I live 1300 miles away but she won't talk to me and hangs up the phone when I call her. Saying, "I don't want to talk with you". She is 96 years old and is very hard of hearing and almost blind, and has trouble walking. The doctors said she could not live in her apartment by herself. Has called 911 may times. Usually it is because she doesn't eat right and is dehydrated. She agreed to move but now she is upset with me. I did everything I could to make her new place familiar but I am cursed because no matter how I have tried to please her it is never enough.
Does she have former neighbors or a clergy person or doctor or visiting nurse who might let her vent and help her gently understand that you did what you did because you love her and care about her? Or is she getting any kind of help at AL to adjust/acclimate? Does she meet with anyone there that might slowly help her understand why she needs care?
From your last sentence, it sounds like this may be a very old pattern with your mom, in which case you just need to acknowledge that you'll never be able to please your mom and turn to your friends for emotional support.
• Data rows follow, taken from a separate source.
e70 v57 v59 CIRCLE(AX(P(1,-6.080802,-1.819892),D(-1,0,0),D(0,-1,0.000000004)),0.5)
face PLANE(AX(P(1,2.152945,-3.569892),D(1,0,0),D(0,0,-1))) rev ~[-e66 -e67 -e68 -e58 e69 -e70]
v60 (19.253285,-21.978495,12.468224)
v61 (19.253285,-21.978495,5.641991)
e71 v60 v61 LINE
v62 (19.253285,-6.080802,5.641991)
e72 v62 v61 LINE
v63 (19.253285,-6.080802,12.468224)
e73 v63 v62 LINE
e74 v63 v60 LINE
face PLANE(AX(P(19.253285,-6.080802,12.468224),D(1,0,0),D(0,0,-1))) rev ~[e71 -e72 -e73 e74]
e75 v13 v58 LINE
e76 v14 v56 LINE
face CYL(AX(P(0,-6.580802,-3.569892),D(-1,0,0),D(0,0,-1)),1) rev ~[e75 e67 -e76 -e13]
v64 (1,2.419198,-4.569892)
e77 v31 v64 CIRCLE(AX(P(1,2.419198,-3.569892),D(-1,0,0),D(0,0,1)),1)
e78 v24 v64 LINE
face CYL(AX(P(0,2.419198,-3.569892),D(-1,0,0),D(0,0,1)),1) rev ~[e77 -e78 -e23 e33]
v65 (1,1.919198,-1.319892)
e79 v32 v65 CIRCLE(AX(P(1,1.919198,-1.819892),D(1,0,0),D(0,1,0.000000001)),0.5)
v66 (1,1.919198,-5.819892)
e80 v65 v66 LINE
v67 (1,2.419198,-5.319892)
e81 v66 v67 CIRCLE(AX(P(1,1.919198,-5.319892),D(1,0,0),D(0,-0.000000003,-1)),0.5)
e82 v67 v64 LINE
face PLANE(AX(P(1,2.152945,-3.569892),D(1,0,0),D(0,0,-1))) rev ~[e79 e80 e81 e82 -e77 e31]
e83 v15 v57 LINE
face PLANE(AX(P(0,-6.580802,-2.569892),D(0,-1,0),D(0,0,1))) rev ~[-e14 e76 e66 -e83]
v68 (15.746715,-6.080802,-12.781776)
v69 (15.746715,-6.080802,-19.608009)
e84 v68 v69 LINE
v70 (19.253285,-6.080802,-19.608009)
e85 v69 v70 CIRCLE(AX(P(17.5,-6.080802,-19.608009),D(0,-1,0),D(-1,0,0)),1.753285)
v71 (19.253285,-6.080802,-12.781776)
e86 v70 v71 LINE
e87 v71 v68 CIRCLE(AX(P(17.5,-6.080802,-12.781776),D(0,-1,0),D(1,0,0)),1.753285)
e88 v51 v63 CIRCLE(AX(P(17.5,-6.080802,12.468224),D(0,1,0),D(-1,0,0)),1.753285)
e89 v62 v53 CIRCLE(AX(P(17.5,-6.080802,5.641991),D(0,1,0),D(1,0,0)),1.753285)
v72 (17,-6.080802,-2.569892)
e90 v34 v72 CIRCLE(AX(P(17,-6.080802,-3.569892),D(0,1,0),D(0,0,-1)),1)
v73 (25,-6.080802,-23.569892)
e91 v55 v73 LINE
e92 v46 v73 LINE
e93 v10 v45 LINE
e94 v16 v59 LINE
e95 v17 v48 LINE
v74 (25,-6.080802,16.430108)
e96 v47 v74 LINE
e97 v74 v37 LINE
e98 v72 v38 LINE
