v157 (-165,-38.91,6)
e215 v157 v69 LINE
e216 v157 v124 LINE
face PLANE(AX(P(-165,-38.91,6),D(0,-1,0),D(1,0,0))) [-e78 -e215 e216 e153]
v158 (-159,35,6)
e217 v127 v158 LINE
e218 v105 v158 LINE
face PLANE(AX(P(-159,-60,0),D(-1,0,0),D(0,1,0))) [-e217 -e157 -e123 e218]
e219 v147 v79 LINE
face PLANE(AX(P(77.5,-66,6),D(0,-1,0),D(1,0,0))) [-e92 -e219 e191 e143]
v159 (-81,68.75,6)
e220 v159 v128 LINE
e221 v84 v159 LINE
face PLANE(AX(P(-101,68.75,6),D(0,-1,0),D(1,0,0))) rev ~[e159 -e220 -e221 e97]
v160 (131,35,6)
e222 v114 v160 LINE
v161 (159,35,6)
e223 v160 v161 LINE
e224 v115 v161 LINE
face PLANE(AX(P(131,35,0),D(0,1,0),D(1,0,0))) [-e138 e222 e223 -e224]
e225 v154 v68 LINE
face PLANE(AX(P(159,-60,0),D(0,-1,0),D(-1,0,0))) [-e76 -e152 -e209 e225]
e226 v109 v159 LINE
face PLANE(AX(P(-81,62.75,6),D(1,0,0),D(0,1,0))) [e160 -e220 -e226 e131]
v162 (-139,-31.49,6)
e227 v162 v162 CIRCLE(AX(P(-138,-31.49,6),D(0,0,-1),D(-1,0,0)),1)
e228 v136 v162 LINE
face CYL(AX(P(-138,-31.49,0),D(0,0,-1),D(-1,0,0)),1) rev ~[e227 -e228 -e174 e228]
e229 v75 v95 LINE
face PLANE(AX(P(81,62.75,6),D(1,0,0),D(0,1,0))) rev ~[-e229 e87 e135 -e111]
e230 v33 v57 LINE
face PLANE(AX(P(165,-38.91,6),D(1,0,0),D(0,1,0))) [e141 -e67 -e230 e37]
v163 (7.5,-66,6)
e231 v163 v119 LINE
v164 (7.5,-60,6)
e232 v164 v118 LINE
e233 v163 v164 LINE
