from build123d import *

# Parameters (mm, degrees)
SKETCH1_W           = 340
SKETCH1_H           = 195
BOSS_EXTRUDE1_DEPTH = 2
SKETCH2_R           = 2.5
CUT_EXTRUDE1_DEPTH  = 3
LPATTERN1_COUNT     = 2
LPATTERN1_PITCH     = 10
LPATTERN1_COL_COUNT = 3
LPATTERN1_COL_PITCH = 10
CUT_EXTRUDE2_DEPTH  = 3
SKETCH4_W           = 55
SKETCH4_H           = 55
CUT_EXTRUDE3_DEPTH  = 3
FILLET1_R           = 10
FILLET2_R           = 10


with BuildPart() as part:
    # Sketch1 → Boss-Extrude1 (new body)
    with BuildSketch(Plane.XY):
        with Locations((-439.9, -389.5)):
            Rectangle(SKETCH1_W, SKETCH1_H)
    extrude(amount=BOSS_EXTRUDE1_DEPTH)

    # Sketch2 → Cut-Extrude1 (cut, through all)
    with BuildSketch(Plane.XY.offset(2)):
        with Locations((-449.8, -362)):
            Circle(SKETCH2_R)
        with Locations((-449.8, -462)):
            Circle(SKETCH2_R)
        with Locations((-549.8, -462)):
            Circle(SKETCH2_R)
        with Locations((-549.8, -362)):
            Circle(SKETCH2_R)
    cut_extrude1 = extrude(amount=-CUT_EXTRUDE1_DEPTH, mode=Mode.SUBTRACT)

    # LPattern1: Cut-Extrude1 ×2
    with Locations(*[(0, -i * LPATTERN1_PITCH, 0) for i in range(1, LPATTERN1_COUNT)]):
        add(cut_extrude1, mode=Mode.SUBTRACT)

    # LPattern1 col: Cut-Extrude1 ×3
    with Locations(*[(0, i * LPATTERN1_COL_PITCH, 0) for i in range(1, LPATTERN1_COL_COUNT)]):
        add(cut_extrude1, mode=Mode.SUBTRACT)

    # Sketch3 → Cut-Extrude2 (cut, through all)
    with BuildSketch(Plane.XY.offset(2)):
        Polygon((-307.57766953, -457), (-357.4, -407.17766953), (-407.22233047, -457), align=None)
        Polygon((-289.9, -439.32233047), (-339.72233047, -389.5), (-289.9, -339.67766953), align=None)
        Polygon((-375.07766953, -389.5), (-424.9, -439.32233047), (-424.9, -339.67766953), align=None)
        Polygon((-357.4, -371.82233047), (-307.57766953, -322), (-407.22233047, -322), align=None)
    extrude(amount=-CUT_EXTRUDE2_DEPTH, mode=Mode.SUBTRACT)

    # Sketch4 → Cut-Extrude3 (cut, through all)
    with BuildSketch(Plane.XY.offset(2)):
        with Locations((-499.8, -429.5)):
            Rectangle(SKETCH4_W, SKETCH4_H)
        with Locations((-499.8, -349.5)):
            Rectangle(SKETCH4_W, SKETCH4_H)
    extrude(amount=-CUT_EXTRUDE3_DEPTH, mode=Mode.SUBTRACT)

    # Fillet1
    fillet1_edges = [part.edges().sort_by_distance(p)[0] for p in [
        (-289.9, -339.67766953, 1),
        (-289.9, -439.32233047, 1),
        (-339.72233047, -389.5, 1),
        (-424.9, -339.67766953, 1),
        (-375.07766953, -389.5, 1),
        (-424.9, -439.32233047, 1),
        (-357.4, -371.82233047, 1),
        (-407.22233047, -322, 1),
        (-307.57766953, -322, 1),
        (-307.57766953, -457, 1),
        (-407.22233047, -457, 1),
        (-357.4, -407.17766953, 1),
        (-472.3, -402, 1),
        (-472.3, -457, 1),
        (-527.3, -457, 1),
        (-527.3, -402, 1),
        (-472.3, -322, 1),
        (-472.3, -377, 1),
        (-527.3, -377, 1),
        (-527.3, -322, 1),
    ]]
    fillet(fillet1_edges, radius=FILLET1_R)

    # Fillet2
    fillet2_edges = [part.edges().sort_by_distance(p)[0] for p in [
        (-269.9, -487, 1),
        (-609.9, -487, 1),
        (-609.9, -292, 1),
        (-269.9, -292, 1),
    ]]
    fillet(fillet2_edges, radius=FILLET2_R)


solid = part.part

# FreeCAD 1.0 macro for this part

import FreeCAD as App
import Part
import Sketcher
Q = App.Units.Quantity


def edges_at(feature, points):
    """Names of the edges that pass closest to the given points."""
    edges = feature.Shape.Edges
    near = lambda p: min(range(len(edges)), key=lambda i: edges[i].distToShape(Part.Vertex(*p))[0])
    return sorted({f"Edge{near(p) + 1}" for p in points})

doc = App.newDocument("Part")
body = doc.addObject("PartDesign::Body", "Body")

sketch1 = body.newObject("Sketcher::SketchObject", "Sketch")
sketch1.AttachmentSupport = (doc.getObject("XY_Plane"), [""])
sketch1.MapMode = "FlatFace"
sketch1.addGeometry([
    Part.LineSegment(App.Vector(-610, -292, 0), App.Vector(-610, -487, 0)),
    Part.LineSegment(App.Vector(-610, -487, 0), App.Vector(-270, -487, 0)),
    Part.LineSegment(App.Vector(-270, -487, 0), App.Vector(-270, -292, 0)),
    Part.LineSegment(App.Vector(-270, -292, 0), App.Vector(-610, -292, 0)),
], False)
sketch1.addConstraint([
    Sketcher.Constraint("Coincident", 0, 2, 1, 1),
    Sketcher.Constraint("Coincident", 1, 2, 2, 1),
    Sketcher.Constraint("Coincident", 2, 2, 3, 1),
    Sketcher.Constraint("Coincident", 3, 2, 0, 1),
    Sketcher.Constraint("Vertical", 0),
    Sketcher.Constraint("Horizontal", 1),
    Sketcher.Constraint("Vertical", 2),
    Sketcher.Constraint("Horizontal", 3),
    Sketcher.Constraint("DistanceX", 1, 1, 1, 2, Q("340 mm")),
    Sketcher.Constraint("DistanceY", 0, 2, 0, 1, Q("195 mm")),
    Sketcher.Constraint("DistanceY", 0, 2, -1, 1, Q("487 mm")),
    Sketcher.Constraint("DistanceX", 0, 2, -1, 1, Q("609.9 mm")),
])
pad1 = body.newObject("PartDesign::Pad", "Pad")
pad1.Profile = sketch1
pad1.Length = 2

sketch2 = body.newObject("Sketcher::SketchObject", "Sketch001")
sketch2.AttachmentSupport = (doc.getObject("XY_Plane"), [""])
sketch2.MapMode = "FlatFace"
sketch2.AttachmentOffset = App.Placement(App.Vector(0, 0, 2), App.Rotation())
sketch2.addGeometry([
    Part.Circle(App.Vector(-449.8, -362, 0), App.Vector(0, 0, 1), 2.5),
    Part.Circle(App.Vector(-449.8, -462, 0), App.Vector(0, 0, 1), 2.5),
    Part.Circle(App.Vector(-549.8, -462, 0), App.Vector(0, 0, 1), 2.5),
    Part.Circle(App.Vector(-549.8, -362, 0), App.Vector(0, 0, 1), 2.5),
], False)
sketch2.addConstraint([
    Sketcher.Constraint("Equal", 0, 1),
    Sketcher.Constraint("Equal", 1, 2),
    Sketcher.Constraint("Equal", 2, 3),
    Sketcher.Constraint("Horizontal", 1, 3, 2, 3),
    Sketcher.Constraint("Horizontal", 0, 3, 3, 3),
    Sketcher.Constraint("Vertical", 0, 3, 1, 3),
    Sketcher.Constraint("Vertical", 2, 3, 3, 3),
    Sketcher.Constraint("Diameter", 0, Q("5 mm")),
    Sketcher.Constraint("DistanceY", 0, 3, -1, 1, Q("362 mm")),
    Sketcher.Constraint("DistanceY", 1, 3, -1, 1, Q("462 mm")),
    Sketcher.Constraint("DistanceX", 2, 3, 1, 3, Q("100 mm")),
    Sketcher.Constraint("DistanceX", 0, 3, -1, 1, Q("449.8 mm")),
])
pocket1 = body.newObject("PartDesign::Pocket", "Pocket")
pocket1.Profile = sketch2
pocket1.Type = "ThroughAll"
doc.recompute()

linearpattern = body.newObject("PartDesign::LinearPattern", "LinearPattern")
linearpattern.Originals = [pocket1]
linearpattern.Direction = (doc.getObject("Y_Axis"), [""])
linearpattern.Mode = "offset"
linearpattern.Offset = 10
linearpattern.Occurrences = 2
linearpattern.Reversed = True
body.Tip = linearpattern
doc.recompute()

linearpattern2 = body.newObject("PartDesign::LinearPattern", "LinearPattern001")
linearpattern2.Originals = [pocket1]
linearpattern2.Direction = (doc.getObject("Y_Axis"), [""])
linearpattern2.Mode = "offset"
linearpattern2.Offset = 10
linearpattern2.Occurrences = 3
body.Tip = linearpattern2

sketch3 = body.newObject("Sketcher::SketchObject", "Sketch002")
sketch3.AttachmentSupport = (doc.getObject("XY_Plane"), [""])
sketch3.MapMode = "FlatFace"
sketch3.AttachmentOffset = App.Placement(App.Vector(0, 0, 2), App.Rotation())
sketch3.addGeometry([
    Part.LineSegment(App.Vector(-308, -457, 0), App.Vector(-357, -407, 0)),
    Part.LineSegment(App.Vector(-357, -407, 0), App.Vector(-407, -457, 0)),
    Part.LineSegment(App.Vector(-407, -457, 0), App.Vector(-308, -457, 0)),
    Part.LineSegment(App.Vector(-340, -390, 0), App.Vector(-290, -439, 0)),
    Part.LineSegment(App.Vector(-290, -439, 0), App.Vector(-290, -340, 0)),
    Part.LineSegment(App.Vector(-290, -340, 0), App.Vector(-340, -390, 0)),
    Part.LineSegment(App.Vector(-425, -439, 0), App.Vector(-375, -390, 0)),
    Part.LineSegment(App.Vector(-375, -390, 0), App.Vector(-425, -340, 0)),
    Part.LineSegment(App.Vector(-425, -340, 0), App.Vector(-425, -439, 0)),
    Part.LineSegment(App.Vector(-357, -372, 0), App.Vector(-308, -322, 0)),
    Part.LineSegment(App.Vector(-308, -322, 0), App.Vector(-407, -322, 0)),
    Part.LineSegment(App.Vector(-407, -322, 0), App.Vector(-357, -372, 0)),
], False)
sketch3.addConstraint([
    Sketcher.Constraint("Coincident", 0, 2, 1, 1),
    Sketcher.Constraint("Coincident", 1, 2, 2, 1),
    Sketcher.Constraint("Coincident", 2, 2, 0, 1),
    Sketcher.Constraint("Coincident", 3, 2, 4, 1),
    Sketcher.Constraint("Coincident", 4, 2, 5, 1),
    Sketcher.Constraint("Coincident", 5, 2, 3, 1),
    Sketcher.Constraint("Coincident", 6, 2, 7, 1),
    Sketcher.Constraint("Coincident", 7, 2, 8, 1),
    Sketcher.Constraint("Coincident", 8, 2, 6, 1),
    Sketcher.Constraint("Coincident", 9, 2, 10, 1),
    Sketcher.Constraint("Coincident", 10, 2, 11, 1),
    Sketcher.Constraint("Coincident", 11, 2, 9, 1),
    Sketcher.Constraint("Horizontal", 2),
    Sketcher.Constraint("Vertical", 4),
    Sketcher.Constraint("Vertical", 8),
    Sketcher.Constraint("Horizontal", 10),
    Sketcher.Constraint("Perpendicular", 0, 1),
    Sketcher.Constraint("Perpendicular", 1, 3),
    Sketcher.Constraint("Perpendicular", 3, 5),
    Sketcher.Constraint("Parallel", 5, 6),
    Sketcher.Constraint("Perpendicular", 6, 7),
    Sketcher.Constraint("Perpendicular", 7, 9),
    Sketcher.Constraint("Perpendicular", 9, 11),
    Sketcher.Constraint("Horizontal", 5, 2, 6, 2),
    Sketcher.Constraint("Horizontal", 4, 2, 7, 2),
    Sketcher.Constraint("Horizontal", 3, 2, 8, 2),
    Sketcher.Constraint("Vertical", 2, 2, 9, 2),
    Sketcher.Constraint("Vertical", 1, 2, 10, 2),
    Sketcher.Constraint("Equal", 10, 4),
    Sketcher.Constraint("DistanceY", 1, 2, -1, 1, Q("457 mm")),
    Sketcher.Constraint("DistanceY", 9, 2, -1, 1, Q("322 mm")),
    Sketcher.Constraint("DistanceX", 7, 2, 4, 2, Q("135 mm")),
    Sketcher.Constraint("DistanceX", 0, 2, -1, 1, Q("357.4 mm")),
    Sketcher.Constraint("DistanceX", 3, 2, -1, 1, Q("289.9 mm")),
    Sketcher.Constraint("DistanceY", 5, 2, -1, 1, Q("389.5 mm")),
    Sketcher.Constraint("DistanceX", 2, 1, 2, 2, Q("99.644661 mm")),
])
pocket2 = body.newObject("PartDesign::Pocket", "Pocket001")
pocket2.Profile = sketch3
pocket2.Type = "ThroughAll"

sketch4 = body.newObject("Sketcher::SketchObject", "Sketch003")
sketch4.AttachmentSupport = (doc.getObject("XY_Plane"), [""])
sketch4.MapMode = "FlatFace"
sketch4.AttachmentOffset = App.Placement(App.Vector(0, 0, 2), App.Rotation())
sketch4.addGeometry([
    Part.LineSegment(App.Vector(-527, -402, 0), App.Vector(-527, -457, 0)),
    Part.LineSegment(App.Vector(-527, -457, 0), App.Vector(-472, -457, 0)),
    Part.LineSegment(App.Vector(-472, -457, 0), App.Vector(-472, -402, 0)),
    Part.LineSegment(App.Vector(-472, -402, 0), App.Vector(-527, -402, 0)),
    Part.LineSegment(App.Vector(-527, -322, 0), App.Vector(-527, -377, 0)),
    Part.LineSegment(App.Vector(-527, -377, 0), App.Vector(-472, -377, 0)),
    Part.LineSegment(App.Vector(-472, -377, 0), App.Vector(-472, -322, 0)),
    Part.LineSegment(App.Vector(-472, -322, 0), App.Vector(-527, -322, 0)),
], False)
sketch4.addConstraint([
    Sketcher.Constraint("Coincident", 0, 2, 1, 1),
    Sketcher.Constraint("Coincident", 1, 2, 2, 1),
    Sketcher.Constraint("Coincident", 2, 2, 3, 1),
    Sketcher.Constraint("Coincident", 3, 2, 0, 1),
    Sketcher.Constraint("Coincident", 4, 2, 5, 1),
    Sketcher.Constraint("Coincident", 5, 2, 6, 1),
    Sketcher.Constraint("Coincident", 6, 2, 7, 1),
    Sketcher.Constraint("Coincident", 7, 2, 4, 1),
    Sketcher.Constraint("Vertical", 0),
    Sketcher.Constraint("Horizontal", 1),
    Sketcher.Constraint("Vertical", 2),
    Sketcher.Constraint("Horizontal", 3),
    Sketcher.Constraint("Vertical", 4),
    Sketcher.Constraint("Horizontal", 5),
    Sketcher.Constraint("Vertical", 6),
    Sketcher.Constraint("Horizontal", 7),
    Sketcher.Constraint("Vertical", 3, 2, 4, 2),
    Sketcher.Constraint("Vertical", 2, 2, 5, 2),
    Sketcher.Constraint("Equal", 7, 0),
    Sketcher.Constraint("Equal", 2, 4),
    Sketcher.Constraint("DistanceX", 1, 1, 1, 2, Q("55 mm")),
    Sketcher.Constraint("DistanceY", 0, 2, -1, 1, Q("457 mm")),
    Sketcher.Constraint("DistanceY", 4, 2, -1, 1, Q("377 mm")),
    Sketcher.Constraint("DistanceX", 0, 2, -1, 1, Q("527.3 mm")),
])
pocket3 = body.newObject("PartDesign::Pocket", "Pocket002")
pocket3.Profile = sketch4
pocket3.Type = "ThroughAll"
doc.recompute()

fillet = body.newObject("PartDesign::Fillet", "Fillet")
fillet.Base = (pocket3, edges_at(pocket3, [
    (-289.9, -339.678, 1),
    (-289.9, -439.322, 1),
    (-339.722, -389.5, 1),
    (-424.9, -339.678, 1),
    (-375.078, -389.5, 1),
    (-424.9, -439.322, 1),
    (-357.4, -371.822, 1),
    (-407.222, -322, 1),
    (-307.578, -322, 1),
    (-307.578, -457, 1),
    (-407.222, -457, 1),
    (-357.4, -407.178, 1),
    (-472.3, -402, 1),
    (-472.3, -457, 1),
    (-527.3, -457, 1),
    (-527.3, -402, 1),
    (-472.3, -322, 1),
    (-472.3, -377, 1),
    (-527.3, -377, 1),
    (-527.3, -322, 1),
]))
fillet.Radius = 10
doc.recompute()

fillet2 = body.newObject("PartDesign::Fillet", "Fillet001")
fillet2.Base = (fillet, edges_at(fillet, [
    (-269.9, -487, 1),
    (-609.9, -487, 1),
    (-609.9, -292, 1),
    (-269.9, -292, 1),
]))
fillet2.Radius = 10

doc.recompute()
Hugs to you...
She now lives with me and is bedbound and totally incontinent etc.
I am her full time caregiver and "room mate." (I am a widow).
When I try to engage in any conversation with her......I'm met with stone cold silence.
Here's what's hard for me:
I can't tell if it's the Alzheimer progression
or
if it's her anger.
She talks to her favorite people so I don't think it's the disease and that makes me feel worse.
When I try to talk to her I feel like an idiot cause my words just go into the air. So for now, I take good care of her but words are at a minimum.
I think she wants someone to blame for her situation - and I'm the "lucky one". Still, it hurts. And I wonder if it's somehow my fault.